**Task item:**
Restrict the output to the lines below starting at the one that contains "Circle(F0_R, mode=Mode.SUBTRACT)" and ending at the one that contains "Line((-41.950375, 60.147148), (-38.207367, 63.391089))", and restate them word for word, both ends included.

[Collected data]
★ ★ ★
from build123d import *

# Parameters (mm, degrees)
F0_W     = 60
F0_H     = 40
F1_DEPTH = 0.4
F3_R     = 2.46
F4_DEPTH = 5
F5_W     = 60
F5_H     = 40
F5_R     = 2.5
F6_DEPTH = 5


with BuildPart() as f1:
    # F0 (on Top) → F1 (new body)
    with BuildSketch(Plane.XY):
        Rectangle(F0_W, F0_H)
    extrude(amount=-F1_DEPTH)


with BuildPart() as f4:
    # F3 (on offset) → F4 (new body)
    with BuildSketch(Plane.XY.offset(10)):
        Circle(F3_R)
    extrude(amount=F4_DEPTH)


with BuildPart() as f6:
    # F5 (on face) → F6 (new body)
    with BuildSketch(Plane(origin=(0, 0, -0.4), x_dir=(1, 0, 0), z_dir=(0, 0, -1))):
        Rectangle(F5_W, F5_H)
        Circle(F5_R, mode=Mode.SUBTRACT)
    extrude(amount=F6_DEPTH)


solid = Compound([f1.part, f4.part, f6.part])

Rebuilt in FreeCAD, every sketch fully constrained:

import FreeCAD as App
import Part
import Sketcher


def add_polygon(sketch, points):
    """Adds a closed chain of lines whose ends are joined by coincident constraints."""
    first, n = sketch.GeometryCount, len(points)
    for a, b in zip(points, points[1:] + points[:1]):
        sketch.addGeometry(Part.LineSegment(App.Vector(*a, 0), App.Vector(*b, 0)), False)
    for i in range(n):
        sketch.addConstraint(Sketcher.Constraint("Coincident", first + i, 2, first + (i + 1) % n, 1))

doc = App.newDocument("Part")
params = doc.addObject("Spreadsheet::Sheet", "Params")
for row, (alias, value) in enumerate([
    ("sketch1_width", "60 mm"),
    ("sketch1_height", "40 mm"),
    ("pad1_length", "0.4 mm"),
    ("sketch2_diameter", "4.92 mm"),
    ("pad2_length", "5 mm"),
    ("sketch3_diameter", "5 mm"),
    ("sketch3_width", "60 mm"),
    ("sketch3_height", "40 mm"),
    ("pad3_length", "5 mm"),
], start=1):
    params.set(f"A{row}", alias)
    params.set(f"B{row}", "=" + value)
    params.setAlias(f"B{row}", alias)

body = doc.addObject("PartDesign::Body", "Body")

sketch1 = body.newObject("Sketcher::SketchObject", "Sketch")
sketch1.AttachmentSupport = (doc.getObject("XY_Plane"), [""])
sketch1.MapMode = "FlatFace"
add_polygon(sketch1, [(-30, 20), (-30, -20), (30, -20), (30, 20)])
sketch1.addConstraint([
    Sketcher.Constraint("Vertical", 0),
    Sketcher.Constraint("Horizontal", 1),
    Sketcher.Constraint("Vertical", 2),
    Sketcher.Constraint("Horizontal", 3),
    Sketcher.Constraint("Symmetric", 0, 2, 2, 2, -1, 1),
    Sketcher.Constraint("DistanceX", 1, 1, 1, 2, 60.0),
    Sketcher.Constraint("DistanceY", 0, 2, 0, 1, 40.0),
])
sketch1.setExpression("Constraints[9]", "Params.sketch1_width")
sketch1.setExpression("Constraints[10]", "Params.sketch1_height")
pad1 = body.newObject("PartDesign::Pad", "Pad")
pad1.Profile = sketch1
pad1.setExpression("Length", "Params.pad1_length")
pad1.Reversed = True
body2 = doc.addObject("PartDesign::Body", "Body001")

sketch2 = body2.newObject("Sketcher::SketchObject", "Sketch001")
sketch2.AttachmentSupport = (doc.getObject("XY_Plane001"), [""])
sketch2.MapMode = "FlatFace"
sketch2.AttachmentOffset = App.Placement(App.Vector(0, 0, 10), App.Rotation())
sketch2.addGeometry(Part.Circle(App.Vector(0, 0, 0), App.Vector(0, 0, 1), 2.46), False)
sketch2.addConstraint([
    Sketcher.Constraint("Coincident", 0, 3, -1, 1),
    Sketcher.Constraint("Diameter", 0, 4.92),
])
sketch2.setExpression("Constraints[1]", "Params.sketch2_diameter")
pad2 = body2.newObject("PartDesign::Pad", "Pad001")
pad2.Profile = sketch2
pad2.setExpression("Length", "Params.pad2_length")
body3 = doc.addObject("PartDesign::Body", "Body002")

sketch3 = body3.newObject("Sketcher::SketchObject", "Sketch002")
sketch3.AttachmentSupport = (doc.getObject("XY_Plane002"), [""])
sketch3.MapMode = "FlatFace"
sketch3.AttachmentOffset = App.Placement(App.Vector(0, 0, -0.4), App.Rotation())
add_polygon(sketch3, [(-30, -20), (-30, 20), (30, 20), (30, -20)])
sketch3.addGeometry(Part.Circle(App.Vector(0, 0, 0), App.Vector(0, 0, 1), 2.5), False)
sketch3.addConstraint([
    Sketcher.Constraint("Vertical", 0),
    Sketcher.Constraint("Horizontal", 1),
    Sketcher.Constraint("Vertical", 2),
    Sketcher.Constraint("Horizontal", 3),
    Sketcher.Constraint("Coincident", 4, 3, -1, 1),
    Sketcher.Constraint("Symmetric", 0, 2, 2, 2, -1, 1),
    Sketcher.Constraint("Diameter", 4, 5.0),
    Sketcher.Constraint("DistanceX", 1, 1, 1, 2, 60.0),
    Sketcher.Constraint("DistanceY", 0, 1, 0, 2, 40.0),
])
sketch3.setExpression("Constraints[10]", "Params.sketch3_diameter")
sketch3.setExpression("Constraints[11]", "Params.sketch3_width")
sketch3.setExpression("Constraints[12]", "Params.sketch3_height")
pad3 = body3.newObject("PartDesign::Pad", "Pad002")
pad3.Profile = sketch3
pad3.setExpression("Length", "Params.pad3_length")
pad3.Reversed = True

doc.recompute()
★ ★ ★
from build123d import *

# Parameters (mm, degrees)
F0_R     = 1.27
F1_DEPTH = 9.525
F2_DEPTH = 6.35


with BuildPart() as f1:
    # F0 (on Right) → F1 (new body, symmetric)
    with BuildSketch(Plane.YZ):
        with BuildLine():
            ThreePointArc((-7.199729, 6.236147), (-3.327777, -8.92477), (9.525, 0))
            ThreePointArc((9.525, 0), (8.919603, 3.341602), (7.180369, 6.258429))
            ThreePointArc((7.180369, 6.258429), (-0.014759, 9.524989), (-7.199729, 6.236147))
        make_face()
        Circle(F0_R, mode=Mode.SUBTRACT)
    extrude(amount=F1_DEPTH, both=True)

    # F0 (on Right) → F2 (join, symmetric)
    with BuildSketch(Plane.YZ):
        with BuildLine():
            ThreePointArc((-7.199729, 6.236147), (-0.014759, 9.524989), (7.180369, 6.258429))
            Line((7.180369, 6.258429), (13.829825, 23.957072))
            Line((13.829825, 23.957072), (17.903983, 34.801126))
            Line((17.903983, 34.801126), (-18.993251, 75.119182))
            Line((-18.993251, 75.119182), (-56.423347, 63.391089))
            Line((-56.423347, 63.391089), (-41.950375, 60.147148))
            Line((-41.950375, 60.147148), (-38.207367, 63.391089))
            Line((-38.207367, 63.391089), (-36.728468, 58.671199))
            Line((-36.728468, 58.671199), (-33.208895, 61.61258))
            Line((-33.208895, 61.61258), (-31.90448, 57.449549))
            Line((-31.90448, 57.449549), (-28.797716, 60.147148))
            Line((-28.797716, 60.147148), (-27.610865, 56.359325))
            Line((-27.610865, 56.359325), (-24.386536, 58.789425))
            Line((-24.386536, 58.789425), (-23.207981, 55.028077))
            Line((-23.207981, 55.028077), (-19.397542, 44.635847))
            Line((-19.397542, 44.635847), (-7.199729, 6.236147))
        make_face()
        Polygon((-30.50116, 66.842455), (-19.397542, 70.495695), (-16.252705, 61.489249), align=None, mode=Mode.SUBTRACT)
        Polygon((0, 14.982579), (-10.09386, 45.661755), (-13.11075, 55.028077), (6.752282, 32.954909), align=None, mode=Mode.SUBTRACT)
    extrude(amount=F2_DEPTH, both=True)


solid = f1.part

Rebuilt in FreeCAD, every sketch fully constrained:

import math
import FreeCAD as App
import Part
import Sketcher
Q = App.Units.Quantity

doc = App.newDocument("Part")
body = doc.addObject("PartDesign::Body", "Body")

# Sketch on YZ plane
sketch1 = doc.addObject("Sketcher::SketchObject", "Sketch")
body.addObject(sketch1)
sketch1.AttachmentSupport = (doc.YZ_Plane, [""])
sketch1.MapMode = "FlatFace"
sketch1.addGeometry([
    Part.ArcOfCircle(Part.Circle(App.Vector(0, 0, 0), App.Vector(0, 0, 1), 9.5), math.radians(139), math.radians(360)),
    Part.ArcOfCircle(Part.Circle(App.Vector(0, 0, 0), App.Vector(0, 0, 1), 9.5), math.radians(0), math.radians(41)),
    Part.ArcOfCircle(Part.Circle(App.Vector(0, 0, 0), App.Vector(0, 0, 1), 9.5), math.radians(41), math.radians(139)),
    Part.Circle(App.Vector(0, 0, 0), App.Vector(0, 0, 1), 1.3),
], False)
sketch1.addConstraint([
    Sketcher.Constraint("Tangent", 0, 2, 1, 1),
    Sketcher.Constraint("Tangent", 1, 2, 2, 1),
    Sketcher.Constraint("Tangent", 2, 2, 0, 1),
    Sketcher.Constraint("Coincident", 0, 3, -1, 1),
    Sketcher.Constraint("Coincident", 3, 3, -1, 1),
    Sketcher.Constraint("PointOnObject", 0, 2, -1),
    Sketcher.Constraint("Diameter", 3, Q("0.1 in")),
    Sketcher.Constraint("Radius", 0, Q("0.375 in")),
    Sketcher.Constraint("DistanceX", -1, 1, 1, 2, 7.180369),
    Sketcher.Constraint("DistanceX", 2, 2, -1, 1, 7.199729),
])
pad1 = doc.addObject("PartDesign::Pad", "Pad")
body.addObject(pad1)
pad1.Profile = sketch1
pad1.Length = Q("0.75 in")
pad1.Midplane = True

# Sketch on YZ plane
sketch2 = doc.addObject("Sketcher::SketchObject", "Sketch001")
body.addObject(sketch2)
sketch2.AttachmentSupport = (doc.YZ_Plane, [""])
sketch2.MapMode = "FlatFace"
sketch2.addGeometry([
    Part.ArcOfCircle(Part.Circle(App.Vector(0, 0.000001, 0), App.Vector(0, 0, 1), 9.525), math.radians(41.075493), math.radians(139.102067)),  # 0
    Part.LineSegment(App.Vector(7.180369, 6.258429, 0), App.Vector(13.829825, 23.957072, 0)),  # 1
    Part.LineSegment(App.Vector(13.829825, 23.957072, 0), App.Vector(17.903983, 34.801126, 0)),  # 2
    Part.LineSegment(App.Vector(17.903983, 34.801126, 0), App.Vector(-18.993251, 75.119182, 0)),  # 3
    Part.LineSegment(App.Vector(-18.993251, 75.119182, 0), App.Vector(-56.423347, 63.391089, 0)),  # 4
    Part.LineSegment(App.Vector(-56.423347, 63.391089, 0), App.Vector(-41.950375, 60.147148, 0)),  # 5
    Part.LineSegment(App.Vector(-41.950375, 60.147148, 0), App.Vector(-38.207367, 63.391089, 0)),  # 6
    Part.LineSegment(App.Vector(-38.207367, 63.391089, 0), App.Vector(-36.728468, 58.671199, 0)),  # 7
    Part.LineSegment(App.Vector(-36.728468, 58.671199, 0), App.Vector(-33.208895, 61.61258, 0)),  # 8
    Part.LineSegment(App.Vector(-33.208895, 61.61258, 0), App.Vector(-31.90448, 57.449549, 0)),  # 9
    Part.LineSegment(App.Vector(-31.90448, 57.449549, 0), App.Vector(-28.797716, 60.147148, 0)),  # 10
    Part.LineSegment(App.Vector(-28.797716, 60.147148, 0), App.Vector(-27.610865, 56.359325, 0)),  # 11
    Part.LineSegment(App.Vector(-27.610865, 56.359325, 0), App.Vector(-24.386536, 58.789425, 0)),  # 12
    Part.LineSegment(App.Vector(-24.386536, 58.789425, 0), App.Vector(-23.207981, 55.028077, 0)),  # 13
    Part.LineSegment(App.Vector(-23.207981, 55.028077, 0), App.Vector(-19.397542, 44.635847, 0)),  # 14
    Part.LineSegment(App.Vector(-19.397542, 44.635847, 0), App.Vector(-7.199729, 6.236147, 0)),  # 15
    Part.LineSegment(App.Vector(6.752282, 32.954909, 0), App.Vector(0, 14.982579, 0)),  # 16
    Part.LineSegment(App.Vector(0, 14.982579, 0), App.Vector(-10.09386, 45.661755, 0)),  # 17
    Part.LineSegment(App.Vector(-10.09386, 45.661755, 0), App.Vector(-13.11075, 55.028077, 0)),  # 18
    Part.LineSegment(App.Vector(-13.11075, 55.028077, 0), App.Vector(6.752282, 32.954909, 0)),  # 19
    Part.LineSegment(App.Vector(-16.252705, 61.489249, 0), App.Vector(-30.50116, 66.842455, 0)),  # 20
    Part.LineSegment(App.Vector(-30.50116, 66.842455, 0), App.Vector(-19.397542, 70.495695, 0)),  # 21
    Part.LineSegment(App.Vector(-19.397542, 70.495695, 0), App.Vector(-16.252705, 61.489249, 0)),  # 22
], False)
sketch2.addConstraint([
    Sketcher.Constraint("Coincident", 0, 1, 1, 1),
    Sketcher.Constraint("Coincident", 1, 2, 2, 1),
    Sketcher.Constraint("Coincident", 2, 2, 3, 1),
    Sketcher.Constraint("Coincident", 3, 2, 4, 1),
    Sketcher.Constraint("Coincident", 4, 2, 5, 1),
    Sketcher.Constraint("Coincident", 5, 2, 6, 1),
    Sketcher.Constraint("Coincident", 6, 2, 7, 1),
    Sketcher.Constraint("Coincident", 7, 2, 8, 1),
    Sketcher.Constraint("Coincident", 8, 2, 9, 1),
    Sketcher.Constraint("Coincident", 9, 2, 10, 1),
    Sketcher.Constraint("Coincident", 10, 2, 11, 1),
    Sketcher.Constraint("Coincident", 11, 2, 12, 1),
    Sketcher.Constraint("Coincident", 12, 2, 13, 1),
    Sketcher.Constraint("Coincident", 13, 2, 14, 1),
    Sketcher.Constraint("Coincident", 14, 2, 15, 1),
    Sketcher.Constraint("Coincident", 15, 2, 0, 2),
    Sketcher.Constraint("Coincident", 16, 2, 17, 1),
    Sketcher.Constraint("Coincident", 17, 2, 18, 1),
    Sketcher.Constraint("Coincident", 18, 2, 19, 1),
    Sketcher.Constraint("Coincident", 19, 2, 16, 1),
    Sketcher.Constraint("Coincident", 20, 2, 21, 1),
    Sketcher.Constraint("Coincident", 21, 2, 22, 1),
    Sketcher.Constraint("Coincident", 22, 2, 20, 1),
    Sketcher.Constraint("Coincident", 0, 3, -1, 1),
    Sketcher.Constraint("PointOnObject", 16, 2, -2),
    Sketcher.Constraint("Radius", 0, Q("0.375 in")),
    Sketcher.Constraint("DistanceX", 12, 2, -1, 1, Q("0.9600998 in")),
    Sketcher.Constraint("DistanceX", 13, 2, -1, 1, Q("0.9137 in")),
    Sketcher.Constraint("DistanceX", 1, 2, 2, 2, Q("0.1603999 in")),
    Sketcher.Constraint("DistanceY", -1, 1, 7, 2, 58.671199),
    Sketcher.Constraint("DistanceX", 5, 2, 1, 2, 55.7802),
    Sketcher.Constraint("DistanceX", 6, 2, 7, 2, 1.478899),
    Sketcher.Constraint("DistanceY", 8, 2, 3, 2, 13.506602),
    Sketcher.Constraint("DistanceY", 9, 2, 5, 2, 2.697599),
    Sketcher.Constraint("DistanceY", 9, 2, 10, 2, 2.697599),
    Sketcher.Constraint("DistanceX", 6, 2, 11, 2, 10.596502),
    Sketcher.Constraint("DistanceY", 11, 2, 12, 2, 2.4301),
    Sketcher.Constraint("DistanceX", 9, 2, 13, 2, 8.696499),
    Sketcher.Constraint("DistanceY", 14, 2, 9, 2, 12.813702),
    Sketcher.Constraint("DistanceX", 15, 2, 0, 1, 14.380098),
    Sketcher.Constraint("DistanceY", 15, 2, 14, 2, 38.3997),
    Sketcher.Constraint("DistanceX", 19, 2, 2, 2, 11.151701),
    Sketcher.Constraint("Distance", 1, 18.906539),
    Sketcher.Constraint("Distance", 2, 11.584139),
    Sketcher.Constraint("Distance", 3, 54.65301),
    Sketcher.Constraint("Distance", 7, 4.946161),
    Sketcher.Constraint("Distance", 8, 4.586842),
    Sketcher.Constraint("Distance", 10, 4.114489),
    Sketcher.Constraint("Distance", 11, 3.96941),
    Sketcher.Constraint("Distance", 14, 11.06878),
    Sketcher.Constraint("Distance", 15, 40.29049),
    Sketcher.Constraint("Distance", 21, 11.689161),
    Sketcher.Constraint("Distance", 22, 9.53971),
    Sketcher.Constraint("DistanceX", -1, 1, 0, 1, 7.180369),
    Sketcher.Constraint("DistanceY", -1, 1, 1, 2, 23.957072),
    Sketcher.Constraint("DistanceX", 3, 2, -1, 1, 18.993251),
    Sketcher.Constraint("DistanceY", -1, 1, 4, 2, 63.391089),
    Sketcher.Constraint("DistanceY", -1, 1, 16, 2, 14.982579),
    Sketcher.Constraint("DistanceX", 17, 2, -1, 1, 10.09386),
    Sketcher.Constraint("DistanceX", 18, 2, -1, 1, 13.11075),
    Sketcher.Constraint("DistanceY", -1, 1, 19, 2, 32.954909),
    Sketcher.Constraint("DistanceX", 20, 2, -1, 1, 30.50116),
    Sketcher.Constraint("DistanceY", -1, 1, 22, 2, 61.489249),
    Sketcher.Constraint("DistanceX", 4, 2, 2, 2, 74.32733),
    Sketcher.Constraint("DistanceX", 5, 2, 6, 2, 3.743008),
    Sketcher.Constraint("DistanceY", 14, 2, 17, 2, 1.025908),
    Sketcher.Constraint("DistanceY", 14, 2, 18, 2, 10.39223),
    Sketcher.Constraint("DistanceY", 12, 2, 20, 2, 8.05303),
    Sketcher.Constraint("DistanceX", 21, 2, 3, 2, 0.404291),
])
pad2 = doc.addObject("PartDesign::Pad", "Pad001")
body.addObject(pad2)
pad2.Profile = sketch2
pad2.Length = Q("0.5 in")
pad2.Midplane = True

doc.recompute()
★ ★ ★
**Answer to the problem:**
        Circle(F0_R, mode=Mode.SUBTRACT)
    extrude(amount=F1_DEPTH, both=True)

    # F0 (on Right) → F2 (join, symmetric)
    with BuildSketch(Plane.YZ):
        with BuildLine():
            ThreePointArc((-7.199729, 6.236147), (-0.014759, 9.524989), (7.180369, 6.258429))
            Line((7.180369, 6.258429), (13.829825, 23.957072))
            Line((13.829825, 23.957072), (17.903983, 34.801126))
            Line((17.903983, 34.801126), (-18.993251, 75.119182))
            Line((-18.993251, 75.119182), (-56.423347, 63.391089))
            Line((-56.423347, 63.391089), (-41.950375, 60.147148))
            Line((-41.950375, 60.147148), (-38.207367, 63.391089))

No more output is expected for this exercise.